§ **About this task**
Beginning with the line that contains "f 164 106 126" in the material below, print each line exactly until the line that contains "f 158 163 136" has been printed, then stop.

>>>

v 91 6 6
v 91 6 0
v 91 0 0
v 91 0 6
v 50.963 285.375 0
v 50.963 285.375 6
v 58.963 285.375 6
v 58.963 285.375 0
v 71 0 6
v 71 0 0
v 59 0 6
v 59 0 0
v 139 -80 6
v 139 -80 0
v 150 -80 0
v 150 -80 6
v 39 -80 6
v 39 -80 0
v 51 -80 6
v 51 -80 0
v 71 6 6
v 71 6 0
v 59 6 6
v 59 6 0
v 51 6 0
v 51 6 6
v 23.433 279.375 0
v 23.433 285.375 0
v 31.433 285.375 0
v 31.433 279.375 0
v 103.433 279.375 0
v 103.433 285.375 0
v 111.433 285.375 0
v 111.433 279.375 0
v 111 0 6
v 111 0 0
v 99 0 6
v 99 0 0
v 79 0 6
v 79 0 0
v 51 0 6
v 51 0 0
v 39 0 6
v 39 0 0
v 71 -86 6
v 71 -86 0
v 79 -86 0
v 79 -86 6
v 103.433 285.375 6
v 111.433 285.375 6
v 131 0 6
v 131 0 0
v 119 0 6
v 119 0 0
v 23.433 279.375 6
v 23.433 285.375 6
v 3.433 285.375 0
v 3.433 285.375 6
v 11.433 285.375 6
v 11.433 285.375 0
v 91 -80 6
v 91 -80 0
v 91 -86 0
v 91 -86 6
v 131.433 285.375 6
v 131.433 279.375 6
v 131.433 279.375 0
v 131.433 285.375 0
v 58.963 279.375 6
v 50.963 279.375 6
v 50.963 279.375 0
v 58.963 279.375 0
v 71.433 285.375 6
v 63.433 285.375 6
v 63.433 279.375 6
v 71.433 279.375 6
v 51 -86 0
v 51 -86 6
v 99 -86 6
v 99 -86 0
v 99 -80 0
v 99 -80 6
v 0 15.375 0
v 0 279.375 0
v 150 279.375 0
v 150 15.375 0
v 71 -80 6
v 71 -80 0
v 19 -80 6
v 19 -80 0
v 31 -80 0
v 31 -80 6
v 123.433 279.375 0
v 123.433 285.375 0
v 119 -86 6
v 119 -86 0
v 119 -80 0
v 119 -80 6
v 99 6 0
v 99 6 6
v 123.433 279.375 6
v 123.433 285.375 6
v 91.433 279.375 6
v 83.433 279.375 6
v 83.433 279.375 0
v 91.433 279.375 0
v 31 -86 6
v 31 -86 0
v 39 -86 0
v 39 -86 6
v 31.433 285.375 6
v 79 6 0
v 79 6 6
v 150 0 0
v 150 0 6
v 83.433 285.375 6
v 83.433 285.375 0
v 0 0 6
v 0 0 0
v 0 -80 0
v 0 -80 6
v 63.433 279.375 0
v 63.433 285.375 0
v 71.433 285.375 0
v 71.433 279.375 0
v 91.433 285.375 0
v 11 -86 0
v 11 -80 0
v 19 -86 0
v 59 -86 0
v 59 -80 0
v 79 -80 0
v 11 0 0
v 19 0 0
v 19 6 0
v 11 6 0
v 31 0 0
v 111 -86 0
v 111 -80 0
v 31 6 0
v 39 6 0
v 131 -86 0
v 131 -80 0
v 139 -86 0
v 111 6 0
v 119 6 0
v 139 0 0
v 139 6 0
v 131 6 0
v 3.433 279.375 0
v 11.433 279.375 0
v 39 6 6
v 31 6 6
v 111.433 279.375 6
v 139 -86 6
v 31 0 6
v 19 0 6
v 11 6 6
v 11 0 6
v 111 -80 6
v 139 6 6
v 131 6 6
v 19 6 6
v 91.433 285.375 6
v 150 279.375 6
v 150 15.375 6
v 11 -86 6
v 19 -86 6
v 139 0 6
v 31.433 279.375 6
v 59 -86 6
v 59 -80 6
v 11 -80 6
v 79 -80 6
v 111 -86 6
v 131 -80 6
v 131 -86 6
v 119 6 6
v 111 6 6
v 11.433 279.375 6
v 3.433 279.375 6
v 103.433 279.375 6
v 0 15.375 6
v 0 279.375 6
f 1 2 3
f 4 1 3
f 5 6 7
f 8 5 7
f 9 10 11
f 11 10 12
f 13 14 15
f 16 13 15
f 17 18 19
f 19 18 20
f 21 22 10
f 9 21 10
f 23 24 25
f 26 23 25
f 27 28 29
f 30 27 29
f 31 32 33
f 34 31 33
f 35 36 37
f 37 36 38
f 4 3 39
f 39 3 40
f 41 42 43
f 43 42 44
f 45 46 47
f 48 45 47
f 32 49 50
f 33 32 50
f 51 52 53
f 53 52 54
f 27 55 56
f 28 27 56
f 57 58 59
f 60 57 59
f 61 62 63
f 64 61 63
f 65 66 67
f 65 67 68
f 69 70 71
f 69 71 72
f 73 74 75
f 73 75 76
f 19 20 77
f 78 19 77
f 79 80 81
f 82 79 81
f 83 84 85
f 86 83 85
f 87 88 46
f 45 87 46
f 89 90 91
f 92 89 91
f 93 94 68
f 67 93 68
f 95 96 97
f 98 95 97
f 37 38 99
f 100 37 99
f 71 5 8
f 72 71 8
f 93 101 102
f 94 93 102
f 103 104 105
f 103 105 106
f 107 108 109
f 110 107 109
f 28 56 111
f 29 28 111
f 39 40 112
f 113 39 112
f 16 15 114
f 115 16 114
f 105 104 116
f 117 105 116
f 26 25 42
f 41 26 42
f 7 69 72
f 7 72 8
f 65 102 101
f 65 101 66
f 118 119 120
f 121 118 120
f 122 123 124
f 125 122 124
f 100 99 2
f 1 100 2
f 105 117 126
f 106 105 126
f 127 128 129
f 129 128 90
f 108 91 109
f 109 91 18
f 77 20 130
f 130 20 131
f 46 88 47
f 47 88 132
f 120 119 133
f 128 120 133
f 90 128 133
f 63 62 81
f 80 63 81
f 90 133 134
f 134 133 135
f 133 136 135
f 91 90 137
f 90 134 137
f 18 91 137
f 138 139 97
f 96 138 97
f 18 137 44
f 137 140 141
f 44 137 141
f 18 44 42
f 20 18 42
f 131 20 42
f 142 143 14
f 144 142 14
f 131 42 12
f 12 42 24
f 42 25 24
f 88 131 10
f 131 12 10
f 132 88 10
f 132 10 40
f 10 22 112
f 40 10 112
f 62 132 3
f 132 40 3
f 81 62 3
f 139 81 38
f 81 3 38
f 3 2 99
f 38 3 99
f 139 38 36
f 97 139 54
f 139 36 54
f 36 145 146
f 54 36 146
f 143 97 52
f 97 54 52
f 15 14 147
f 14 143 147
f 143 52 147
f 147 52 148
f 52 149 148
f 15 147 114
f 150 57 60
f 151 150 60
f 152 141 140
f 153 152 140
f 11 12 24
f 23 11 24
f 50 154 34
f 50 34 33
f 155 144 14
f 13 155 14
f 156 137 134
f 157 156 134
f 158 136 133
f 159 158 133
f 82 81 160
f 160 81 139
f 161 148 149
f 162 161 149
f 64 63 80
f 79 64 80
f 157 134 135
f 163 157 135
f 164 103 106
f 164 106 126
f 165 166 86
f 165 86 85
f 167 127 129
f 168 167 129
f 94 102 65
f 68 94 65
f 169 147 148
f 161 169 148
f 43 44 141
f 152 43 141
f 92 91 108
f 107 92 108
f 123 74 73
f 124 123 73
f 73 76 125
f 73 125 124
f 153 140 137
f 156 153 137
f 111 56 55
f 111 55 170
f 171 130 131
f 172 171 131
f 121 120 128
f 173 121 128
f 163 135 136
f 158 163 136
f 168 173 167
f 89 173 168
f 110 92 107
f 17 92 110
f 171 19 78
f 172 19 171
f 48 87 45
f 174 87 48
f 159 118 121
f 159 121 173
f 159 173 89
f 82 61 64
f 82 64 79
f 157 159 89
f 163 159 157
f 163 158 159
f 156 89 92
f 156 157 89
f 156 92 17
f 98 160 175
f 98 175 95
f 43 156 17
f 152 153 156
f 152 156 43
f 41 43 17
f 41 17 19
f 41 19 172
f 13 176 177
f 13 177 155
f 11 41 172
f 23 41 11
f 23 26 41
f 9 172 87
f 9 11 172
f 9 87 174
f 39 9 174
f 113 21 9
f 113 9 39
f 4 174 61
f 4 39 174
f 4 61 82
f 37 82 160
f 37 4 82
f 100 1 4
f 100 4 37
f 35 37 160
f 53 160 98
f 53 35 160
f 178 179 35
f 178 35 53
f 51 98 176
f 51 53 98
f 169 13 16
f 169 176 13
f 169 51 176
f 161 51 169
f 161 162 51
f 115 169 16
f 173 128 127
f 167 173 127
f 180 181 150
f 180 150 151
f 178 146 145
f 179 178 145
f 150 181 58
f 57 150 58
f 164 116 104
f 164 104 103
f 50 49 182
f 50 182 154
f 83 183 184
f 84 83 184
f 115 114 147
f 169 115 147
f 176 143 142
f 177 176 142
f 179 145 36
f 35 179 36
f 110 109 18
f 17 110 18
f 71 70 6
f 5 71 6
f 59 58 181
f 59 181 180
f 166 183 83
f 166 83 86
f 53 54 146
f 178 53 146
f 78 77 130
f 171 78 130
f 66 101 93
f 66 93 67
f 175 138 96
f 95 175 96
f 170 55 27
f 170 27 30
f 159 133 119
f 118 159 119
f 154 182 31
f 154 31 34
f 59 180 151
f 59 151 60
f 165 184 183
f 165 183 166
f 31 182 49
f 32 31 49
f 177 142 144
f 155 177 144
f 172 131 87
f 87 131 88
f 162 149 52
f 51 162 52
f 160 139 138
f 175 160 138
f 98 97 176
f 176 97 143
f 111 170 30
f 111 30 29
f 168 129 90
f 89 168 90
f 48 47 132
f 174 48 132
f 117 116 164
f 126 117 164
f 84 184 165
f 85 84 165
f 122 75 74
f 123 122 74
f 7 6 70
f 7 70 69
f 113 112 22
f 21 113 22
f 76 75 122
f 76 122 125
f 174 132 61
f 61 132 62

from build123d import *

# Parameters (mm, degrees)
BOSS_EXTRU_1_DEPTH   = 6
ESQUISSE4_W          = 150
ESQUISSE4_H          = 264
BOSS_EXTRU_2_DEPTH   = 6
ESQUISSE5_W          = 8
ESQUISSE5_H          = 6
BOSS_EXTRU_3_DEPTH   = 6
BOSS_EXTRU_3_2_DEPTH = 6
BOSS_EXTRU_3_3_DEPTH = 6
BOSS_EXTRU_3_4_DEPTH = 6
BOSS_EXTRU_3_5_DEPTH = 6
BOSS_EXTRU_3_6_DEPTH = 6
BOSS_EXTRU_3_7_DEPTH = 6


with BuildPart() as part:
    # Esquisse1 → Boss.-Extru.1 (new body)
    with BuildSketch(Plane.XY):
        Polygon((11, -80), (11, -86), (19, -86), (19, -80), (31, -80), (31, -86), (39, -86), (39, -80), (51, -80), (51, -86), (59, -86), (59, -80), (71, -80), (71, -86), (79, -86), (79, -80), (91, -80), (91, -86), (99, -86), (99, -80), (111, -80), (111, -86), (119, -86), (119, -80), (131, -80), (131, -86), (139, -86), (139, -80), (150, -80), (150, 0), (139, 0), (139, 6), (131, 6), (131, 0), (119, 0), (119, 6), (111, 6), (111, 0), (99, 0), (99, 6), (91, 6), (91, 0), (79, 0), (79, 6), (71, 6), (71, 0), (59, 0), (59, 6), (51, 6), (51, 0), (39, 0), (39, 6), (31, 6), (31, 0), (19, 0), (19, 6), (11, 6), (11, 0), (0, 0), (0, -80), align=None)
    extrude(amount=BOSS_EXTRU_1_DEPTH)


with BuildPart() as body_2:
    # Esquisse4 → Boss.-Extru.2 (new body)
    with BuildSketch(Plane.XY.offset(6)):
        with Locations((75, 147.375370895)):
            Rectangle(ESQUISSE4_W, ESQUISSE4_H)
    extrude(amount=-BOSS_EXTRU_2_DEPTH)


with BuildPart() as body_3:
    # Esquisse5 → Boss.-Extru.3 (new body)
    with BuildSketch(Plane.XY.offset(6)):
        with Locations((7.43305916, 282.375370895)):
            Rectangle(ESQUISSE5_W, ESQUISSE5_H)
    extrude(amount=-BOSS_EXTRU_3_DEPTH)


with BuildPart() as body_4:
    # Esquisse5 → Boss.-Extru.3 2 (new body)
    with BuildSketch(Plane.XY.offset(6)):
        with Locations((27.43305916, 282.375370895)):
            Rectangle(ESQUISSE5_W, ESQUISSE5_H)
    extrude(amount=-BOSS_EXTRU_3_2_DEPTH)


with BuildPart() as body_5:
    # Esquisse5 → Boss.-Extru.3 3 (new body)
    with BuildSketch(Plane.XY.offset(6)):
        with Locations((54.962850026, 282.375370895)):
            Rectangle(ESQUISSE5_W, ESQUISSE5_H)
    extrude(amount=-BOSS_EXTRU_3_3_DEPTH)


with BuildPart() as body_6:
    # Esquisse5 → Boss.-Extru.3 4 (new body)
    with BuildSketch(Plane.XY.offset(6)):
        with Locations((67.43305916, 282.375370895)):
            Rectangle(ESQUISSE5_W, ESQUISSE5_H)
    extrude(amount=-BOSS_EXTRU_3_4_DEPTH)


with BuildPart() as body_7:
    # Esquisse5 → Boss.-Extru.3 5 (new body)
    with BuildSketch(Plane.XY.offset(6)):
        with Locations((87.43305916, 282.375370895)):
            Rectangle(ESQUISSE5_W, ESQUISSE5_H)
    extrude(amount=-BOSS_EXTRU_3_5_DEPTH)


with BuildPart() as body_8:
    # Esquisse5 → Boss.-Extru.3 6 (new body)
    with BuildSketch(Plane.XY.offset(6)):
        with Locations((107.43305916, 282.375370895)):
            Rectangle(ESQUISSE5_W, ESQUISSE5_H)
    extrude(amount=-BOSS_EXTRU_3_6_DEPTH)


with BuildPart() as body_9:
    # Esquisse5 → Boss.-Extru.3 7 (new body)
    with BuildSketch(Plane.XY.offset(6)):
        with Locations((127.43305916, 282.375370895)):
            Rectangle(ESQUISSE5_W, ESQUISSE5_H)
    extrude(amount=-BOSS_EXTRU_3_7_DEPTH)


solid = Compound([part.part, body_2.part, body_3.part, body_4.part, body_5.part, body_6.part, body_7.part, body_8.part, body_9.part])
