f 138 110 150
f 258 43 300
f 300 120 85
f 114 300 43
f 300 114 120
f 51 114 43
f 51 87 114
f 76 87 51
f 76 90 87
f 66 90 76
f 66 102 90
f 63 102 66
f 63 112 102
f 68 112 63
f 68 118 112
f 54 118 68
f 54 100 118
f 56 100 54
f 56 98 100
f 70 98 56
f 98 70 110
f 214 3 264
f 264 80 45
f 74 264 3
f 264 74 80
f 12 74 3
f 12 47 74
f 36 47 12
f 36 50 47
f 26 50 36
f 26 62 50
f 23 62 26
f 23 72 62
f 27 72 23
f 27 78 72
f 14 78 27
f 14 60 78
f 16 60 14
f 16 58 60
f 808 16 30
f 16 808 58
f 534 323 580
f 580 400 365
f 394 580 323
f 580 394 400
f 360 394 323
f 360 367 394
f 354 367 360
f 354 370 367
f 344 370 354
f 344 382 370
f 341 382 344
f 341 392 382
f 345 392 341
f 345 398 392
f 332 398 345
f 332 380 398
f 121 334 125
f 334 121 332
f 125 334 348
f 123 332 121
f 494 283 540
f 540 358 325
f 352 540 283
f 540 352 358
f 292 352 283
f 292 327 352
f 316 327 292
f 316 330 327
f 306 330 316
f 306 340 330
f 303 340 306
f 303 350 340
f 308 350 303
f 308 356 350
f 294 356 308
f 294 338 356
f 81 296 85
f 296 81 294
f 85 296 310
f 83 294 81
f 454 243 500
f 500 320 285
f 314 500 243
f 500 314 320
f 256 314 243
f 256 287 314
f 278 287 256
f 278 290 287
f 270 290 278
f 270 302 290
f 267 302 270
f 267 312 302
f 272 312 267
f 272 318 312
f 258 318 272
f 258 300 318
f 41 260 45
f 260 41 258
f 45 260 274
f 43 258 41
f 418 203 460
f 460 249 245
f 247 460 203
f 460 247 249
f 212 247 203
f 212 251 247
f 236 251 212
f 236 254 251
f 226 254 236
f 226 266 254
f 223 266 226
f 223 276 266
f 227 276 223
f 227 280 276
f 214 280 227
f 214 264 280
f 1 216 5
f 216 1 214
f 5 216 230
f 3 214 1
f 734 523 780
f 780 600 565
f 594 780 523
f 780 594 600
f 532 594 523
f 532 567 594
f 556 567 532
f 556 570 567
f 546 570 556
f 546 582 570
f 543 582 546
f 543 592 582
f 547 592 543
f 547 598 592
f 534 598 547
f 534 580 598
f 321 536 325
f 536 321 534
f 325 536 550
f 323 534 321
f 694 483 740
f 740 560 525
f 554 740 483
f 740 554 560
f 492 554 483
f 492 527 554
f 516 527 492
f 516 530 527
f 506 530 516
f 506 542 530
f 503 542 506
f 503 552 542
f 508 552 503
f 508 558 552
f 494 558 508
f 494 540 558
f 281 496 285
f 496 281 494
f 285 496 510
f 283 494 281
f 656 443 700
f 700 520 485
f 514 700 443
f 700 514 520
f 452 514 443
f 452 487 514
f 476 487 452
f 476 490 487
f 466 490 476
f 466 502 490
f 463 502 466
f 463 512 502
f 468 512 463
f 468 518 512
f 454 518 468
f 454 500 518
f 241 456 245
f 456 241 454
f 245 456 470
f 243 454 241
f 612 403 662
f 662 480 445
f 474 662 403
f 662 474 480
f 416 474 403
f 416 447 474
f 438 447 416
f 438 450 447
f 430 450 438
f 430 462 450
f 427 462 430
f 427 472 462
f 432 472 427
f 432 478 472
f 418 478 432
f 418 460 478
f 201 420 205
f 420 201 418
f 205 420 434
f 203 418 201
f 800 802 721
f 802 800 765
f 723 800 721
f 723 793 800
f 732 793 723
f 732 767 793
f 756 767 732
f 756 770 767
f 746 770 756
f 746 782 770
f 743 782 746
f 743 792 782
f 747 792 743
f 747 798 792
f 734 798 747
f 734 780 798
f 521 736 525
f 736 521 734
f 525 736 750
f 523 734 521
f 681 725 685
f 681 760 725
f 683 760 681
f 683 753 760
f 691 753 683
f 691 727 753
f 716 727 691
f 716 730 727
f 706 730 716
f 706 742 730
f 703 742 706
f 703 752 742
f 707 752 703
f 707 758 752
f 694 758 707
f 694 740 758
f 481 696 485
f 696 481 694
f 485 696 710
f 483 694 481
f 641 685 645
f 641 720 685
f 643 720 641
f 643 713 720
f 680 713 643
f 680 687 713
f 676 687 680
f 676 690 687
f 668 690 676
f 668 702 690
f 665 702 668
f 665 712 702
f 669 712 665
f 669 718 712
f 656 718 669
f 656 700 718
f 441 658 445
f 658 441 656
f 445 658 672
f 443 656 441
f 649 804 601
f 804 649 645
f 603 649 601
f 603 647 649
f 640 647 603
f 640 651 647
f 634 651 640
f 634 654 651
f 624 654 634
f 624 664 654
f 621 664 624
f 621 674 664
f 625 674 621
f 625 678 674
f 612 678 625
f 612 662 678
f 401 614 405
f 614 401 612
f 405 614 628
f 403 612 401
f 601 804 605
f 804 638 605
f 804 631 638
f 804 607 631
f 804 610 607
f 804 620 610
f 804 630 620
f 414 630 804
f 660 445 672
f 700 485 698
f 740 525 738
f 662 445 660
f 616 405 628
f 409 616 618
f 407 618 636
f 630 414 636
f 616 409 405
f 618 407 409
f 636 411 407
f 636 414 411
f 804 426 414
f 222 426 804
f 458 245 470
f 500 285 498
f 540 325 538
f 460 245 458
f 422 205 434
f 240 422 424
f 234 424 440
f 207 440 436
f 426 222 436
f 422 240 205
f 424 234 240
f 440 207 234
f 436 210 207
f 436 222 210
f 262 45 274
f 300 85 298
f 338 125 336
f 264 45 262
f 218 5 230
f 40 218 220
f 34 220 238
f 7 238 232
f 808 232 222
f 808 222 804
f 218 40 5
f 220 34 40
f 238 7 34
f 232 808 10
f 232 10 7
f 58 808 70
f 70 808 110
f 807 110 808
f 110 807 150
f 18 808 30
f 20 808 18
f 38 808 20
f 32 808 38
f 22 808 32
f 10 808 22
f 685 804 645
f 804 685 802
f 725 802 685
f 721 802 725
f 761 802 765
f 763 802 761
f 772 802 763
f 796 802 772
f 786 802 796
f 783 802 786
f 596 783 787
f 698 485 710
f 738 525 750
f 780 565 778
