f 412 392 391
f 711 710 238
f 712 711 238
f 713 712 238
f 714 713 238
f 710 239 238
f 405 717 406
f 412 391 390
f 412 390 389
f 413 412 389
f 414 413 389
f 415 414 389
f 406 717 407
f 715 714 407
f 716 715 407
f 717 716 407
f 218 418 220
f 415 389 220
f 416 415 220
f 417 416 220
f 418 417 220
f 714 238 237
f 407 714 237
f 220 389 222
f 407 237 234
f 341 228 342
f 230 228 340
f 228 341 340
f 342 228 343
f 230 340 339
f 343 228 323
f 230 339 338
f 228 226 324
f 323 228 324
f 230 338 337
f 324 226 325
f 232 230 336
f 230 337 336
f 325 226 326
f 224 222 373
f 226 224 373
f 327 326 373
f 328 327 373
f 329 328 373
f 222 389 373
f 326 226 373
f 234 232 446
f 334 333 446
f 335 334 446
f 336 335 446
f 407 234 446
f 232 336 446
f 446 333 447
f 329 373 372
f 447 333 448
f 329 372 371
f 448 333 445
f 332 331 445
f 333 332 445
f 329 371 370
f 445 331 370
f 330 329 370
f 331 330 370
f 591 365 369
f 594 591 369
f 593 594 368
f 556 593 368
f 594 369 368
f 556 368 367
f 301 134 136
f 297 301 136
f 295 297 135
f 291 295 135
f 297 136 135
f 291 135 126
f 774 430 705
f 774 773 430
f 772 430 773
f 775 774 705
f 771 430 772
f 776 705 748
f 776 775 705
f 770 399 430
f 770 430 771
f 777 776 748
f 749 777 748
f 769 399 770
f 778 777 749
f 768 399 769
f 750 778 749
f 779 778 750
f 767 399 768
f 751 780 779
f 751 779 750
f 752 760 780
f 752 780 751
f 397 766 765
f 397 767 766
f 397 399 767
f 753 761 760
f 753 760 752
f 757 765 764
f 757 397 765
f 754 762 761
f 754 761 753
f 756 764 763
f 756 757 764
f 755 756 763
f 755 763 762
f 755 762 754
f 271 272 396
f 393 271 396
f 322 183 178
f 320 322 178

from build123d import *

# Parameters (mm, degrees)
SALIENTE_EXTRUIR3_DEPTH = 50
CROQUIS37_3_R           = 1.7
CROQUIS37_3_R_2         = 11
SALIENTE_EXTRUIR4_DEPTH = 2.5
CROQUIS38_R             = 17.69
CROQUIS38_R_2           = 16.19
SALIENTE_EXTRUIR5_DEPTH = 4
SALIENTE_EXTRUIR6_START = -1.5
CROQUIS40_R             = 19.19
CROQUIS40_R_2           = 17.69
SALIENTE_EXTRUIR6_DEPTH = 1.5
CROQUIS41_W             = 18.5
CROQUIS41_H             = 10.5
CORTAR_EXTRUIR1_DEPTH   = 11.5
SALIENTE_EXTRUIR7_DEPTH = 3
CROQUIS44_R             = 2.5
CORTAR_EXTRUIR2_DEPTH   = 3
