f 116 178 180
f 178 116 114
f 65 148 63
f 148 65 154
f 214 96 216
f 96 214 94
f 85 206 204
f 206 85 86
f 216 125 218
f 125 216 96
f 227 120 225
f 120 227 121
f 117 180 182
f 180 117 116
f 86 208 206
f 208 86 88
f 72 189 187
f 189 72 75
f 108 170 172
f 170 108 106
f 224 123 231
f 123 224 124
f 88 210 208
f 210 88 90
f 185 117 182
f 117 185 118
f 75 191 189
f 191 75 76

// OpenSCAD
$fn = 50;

<<<

§ **Exercise result**
f 164 106 126
f 165 166 86
f 165 86 85
f 167 127 129
f 168 167 129
f 94 102 65
f 68 94 65
f 169 147 148
f 161 169 148
f 43 44 141
f 152 43 141
f 92 91 108
f 107 92 108
f 123 74 73
f 124 123 73
f 73 76 125
f 73 125 124
f 153 140 137
f 156 153 137
f 111 56 55
f 111 55 170
f 171 130 131
f 172 171 131
f 121 120 128
f 173 121 128
f 163 135 136
f 158 163 136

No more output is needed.